In my investigation, Olly quantified impact, counting distinct affected users and total errors. That immediately tells me whether I’m looking at localized noise or a user-facing event requiring escalation.

The chart plots failed checkouts over time by region. The inflection point aligns with the appearance of the TypeError in logs, and the sustained increase across regions confirms this wasn’t an isolated node or transient spike.
That boundary definition changes escalation immediately. If it’s upstream, I escalate there.
If it’s contained, I keep the scope tight. If multiple services degrade simultaneously, I widen the lens.
Pro tip: User rules make a big difference here. Configuring them significantly improved my results. Some of my user rules are:
- Restricting investigations to production data by default
- Clarifying how we label internal vs external services
- Defining naming conventions for critical systems
The more clearly I define my production context, the more precise the investigation becomes.
3. Testing and confirming root cause
By this point, I usually have a working theory. Now I move to structured hypothesis testing. The problem is that most of these explanations can look convincing in isolation. A spike on a graph, a recent deployment, or a threshold crossing may look suspicious, but none of those on their own establish causation.
This is where my investigation can slow down. I’ll start jumping between systems trying to confirm or eliminate each possibility.
Now, instead of vaguely asking, “What’s wrong?” I’ll ask Olly:
“Was there a deployment before this alert was fired?”
“Is resource saturation correlated with the error increase?”
“Did this behavior exist in the previous release?”
“Has this pattern occurred before?”
Olly runs a multi-step analysis and returns evidence tied to each hypothesis: what changed, when it changed, and which signals support or contradict it.
In this example, the investigation moved from metrics to logs to code. The failure was traced to a TypeError in the checkout function attempting to sum a cart value that included None. That aligned exactly with the spike in failed checkouts.

Olly also surfaced the problematic commit and suggested a concrete fix in the remove_from_cart function.
As I previously mentioned, still validate everything.
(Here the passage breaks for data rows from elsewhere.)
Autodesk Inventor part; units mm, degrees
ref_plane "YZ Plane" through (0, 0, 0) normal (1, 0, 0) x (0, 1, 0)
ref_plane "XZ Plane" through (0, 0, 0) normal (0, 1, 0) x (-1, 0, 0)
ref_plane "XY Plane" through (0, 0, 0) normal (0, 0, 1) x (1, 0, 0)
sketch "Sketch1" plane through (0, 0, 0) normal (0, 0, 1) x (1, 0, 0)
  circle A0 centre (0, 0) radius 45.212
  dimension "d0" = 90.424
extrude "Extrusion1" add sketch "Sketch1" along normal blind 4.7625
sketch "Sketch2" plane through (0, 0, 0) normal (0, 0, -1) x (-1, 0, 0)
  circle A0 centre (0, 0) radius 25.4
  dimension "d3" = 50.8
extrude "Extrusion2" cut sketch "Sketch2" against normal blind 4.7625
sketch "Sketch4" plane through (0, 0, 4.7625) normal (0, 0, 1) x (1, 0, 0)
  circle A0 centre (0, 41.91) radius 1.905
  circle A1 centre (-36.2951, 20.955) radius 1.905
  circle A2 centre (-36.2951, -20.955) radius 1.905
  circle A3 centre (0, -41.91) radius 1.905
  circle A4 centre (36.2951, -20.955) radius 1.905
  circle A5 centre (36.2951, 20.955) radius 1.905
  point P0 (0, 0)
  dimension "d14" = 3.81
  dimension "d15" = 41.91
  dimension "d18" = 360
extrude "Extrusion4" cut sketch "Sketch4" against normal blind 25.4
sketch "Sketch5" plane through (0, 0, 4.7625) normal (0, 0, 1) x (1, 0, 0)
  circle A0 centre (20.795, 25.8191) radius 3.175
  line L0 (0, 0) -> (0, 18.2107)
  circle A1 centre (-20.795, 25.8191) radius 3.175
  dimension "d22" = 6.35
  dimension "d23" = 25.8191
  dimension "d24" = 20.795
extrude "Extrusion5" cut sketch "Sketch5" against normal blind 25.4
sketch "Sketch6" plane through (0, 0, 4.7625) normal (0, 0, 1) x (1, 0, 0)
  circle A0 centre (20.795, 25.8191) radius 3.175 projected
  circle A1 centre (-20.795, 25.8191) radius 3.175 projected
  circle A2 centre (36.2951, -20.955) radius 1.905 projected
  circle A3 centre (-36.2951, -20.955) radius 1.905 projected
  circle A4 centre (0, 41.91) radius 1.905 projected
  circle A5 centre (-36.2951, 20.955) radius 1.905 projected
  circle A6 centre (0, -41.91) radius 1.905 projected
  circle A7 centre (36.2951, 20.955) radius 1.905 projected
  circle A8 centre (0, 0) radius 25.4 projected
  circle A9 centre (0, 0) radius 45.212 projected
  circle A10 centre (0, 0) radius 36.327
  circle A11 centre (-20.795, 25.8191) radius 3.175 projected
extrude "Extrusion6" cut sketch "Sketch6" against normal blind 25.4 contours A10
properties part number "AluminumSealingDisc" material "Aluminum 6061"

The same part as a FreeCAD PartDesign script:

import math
import FreeCAD as App
import Part
import Sketcher

V = App.Vector
Q = App.Units.Quantity

doc = App.newDocument("Part")
body = doc.addObject("PartDesign::Body", "Body")

# Sketch on XY plane
sketch1 = body.newObject("Sketcher::SketchObject", "Sketch")
sketch1.AttachmentSupport = (doc.getObject("XY_Plane"), [""])
sketch1.MapMode = "FlatFace"
sketch1.addGeometry(Part.Circle(V(0, 0, 0), V(0, 0, 1), 45.212), False)
sketch1.addConstraint([
    Sketcher.Constraint("Coincident", 0, 3, -1, 1),
    Sketcher.Constraint("Diameter", 0, Q("3.56 in")),
])
pad1 = body.newObject("PartDesign::Pad", "Pad")
pad1.Profile = sketch1
pad1.Length = Q("0.1875 in")

# Sketch on XY plane
sketch2 = body.newObject("Sketcher::SketchObject", "Sketch001")
sketch2.AttachmentSupport = (doc.getObject("XY_Plane"), [""])
sketch2.MapMode = "FlatFace"
sketch2.addGeometry(Part.Circle(V(0, 0, 0), V(0, 0, 1), 25.4), False)
sketch2.addConstraint([
    Sketcher.Constraint("Coincident", 0, 3, -1, 1),
    Sketcher.Constraint("Diameter", 0, Q("2 in")),
])
pocket1 = body.newObject("PartDesign::Pocket", "Pocket")
pocket1.Profile = sketch2
pocket1.Length = Q("0.1875 in")
pocket1.Reversed = True

# Sketch on XY plane
sketch3 = body.newObject("Sketcher::SketchObject", "Sketch002")
sketch3.AttachmentSupport = (doc.getObject("XY_Plane"), [""])
sketch3.MapMode = "FlatFace"
sketch3.AttachmentOffset = App.Placement(V(0, 0, 0.1875 * 25.4), App.Rotation())
sketch3.addGeometry([
    Part.Circle(V(0, 41.91, 0), V(0, 0, 1), 1.905),  # 0
    Part.Circle(V(-36.2951, 20.955, 0), V(0, 0, 1), 1.905),  # 1
    Part.Circle(V(-36.2951, -20.955, 0), V(0, 0, 1), 1.905),  # 2
    Part.Circle(V(0, -41.91, 0), V(0, 0, 1), 1.905),  # 3
    Part.Circle(V(36.2951, -20.955, 0), V(0, 0, 1), 1.905),  # 4
    Part.Circle(V(36.2951, 20.955, 0), V(0, 0, 1), 1.905),  # 5
], False)
sketch3.addConstraint([
    Sketcher.Constraint("Equal", 0, 1),
    Sketcher.Constraint("Equal", 1, 2),
    Sketcher.Constraint("Equal", 2, 3),
    Sketcher.Constraint("Equal", 3, 4),
    Sketcher.Constraint("Equal", 4, 5),
    Sketcher.Constraint("Symmetric", 0, 3, 3, 3, -1, 1),
    Sketcher.Constraint("Symmetric", 1, 3, 4, 3, -1, 1),
    Sketcher.Constraint("Symmetric", 2, 3, 5, 3, -1, 1),
    Sketcher.Constraint("Symmetric", 2, 3, 4, 3, -2),
    Sketcher.Constraint("PointOnObject", 0, 3, -2),
    Sketcher.Constraint("Diameter", 0, Q("0.15 in")),
    Sketcher.Constraint("DistanceY", -1, 1, 0, 3, Q("1.65 in")),
    Sketcher.Constraint("DistanceY", 2, 3, 1, 3, Q("1.65 in")),
    Sketcher.Constraint("DistanceX", 1, 3, -1, 1, 36.295),
])
pocket2 = body.newObject("PartDesign::Pocket", "Pocket001")
pocket2.Profile = sketch3
pocket2.Length = Q("1 in")

# Sketch on XY plane
sketch4 = body.newObject("Sketcher::SketchObject", "Sketch003")
sketch4.AttachmentSupport = (doc.getObject("XY_Plane"), [""])
sketch4.MapMode = "FlatFace"
sketch4.AttachmentOffset = App.Placement(V(0, 0, 0.1875 * 25.4), App.Rotation())
sketch4.addGeometry([
    Part.Circle(V(20.795, 25.8191, 0), V(0, 0, 1), 3.175),
    Part.Circle(V(-20.795, 25.8191, 0), V(0, 0, 1), 3.175),
], False)
sketch4.addConstraint([
    Sketcher.Constraint("Equal", 0, 1),
    Sketcher.Constraint("Symmetric", 0, 3, 1, 3, -2),
    Sketcher.Constraint("Diameter", 0, Q("0.25 in")),
    Sketcher.Constraint("DistanceX", -1, 1, 0, 3, Q("0.8187 in")),
    Sketcher.Constraint("DistanceY", -1, 1, 0, 3, Q("1.0165 in")),
])
pocket3 = body.newObject("PartDesign::Pocket", "Pocket002")
pocket3.Profile = sketch4
pocket3.Length = Q("1 in")

# Sketch on XY plane
sketch5 = body.newObject("Sketcher::SketchObject", "Sketch004")
sketch5.AttachmentSupport = (doc.getObject("XY_Plane"), [""])
sketch5.MapMode = "FlatFace"
sketch5.AttachmentOffset = App.Placement(V(0, 0, 0.1875 * 25.4), App.Rotation())
sketch5.addGeometry([
    Part.ArcOfCircle(Part.Circle(V(0, 0, 0), V(0, 0, 1), 36.327), math.radians(128.848368), math.radians(411.151632)),  # 0
    Part.ArcOfCircle(Part.Circle(V(0, 0, 0), V(0, 0, 1), 36.327), math.radians(51.151632), math.radians(128.848368)),  # 1
    Part.Circle(V(-20.795, 25.8191, 0), V(0, 0, 1), 3.175),  # 2
    Part.Circle(V(0, 0, 0), V(0, 0, 1), 25.4),  # 3
    Part.Circle(V(20.795, 25.8191, 0), V(0, 0, 1), 3.175),  # 4
], False)
sketch5.addConstraint([
    Sketcher.Constraint("Tangent", 0, 1, 1, 2),
    Sketcher.Constraint("Coincident", 1, 1, 0, 2),
    Sketcher.Constraint("Coincident", 0, 3, -1, 1),
    Sketcher.Constraint("Coincident", 3, 3, -1, 1),
    Sketcher.Constraint("Equal", 2, 4),
    Sketcher.Constraint("Symmetric", 2, 3, 4, 3, -2),
    Sketcher.Constraint("Horizontal", 0, 1, 1, 1),
    Sketcher.Constraint("Diameter", 3, Q("2 in")),
    Sketcher.Constraint("Diameter", 2, Q("0.25 in")),
    Sketcher.Constraint("Radius", 0, Q("1.4302 in")),
    Sketcher.Constraint("DistanceX", 2, 3, -1, 1, Q("0.8187 in")),
    Sketcher.Constraint("DistanceY", -1, 1, 2, 3, Q("1.0165 in")),
    Sketcher.Constraint("DistanceX", 0, 1, -1, 1, Q("0.8971 in")),
])
pocket4 = body.newObject("PartDesign::Pocket", "Pocket003")
pocket4.Profile = sketch5
pocket4.Length = Q("1 in")

doc.recompute()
But instead of bouncing between systems to test one theory at a time, I move through hypotheses methodically. That shortens the middle phase of investigation significantly.
Circling back: This is where I’ll deliberately use Focus mode. Deeper analysis and broader historical context matter more here than speed.
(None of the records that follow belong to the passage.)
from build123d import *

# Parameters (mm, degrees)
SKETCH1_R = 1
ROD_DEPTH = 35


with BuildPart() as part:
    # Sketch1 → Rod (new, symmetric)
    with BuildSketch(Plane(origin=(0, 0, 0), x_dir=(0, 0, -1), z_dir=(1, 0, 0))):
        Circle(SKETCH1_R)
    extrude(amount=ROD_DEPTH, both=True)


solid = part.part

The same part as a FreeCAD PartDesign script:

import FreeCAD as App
import Part
import Sketcher
from FreeCAD import Vector

doc = App.newDocument("Part")
body = doc.addObject("PartDesign::Body", "Body")

# Sketch on YZ plane
sketch1 = body.newObject("Sketcher::SketchObject", "Sketch")
sketch1.AttachmentSupport = (doc.getObject("YZ_Plane"), [""])
sketch1.MapMode = "FlatFace"
sketch1.addGeometry(Part.Circle(Vector(0, 0, 0), Vector(0, 0, 1), 1), False)
sketch1.addConstraint([
    Sketcher.Constraint("Coincident", 0, 3, -1, 1),
    Sketcher.Constraint("Diameter", 0, 2.0),
])
pad1 = body.newObject("PartDesign::Pad", "Pad")
pad1.Profile = sketch1
pad1.Length = 70
pad1.Midplane = True

doc.recompute()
Focus mode expands the time horizon and runs heavier reasoning. It’s especially useful with events like the alert window not fully explaining the degradation, the issue looking gradual rather than abrupt, or me having a suspicion of recurrence.
How Olly gives me 15 min of my life back
An alert will always require judgment. No system replaces that. The trajectory of the response is defined by how quickly I can:
- Confirm it’s real
- Identify the primary driver
- Define the failure boundary
- Test the most likely cause
Olly doesn’t eliminate those steps. It compresses them.
And in production, the difference between 5 minutes of structured clarity and 20 minutes of scattered exploration is the difference between controlled escalation and unnecessary churn.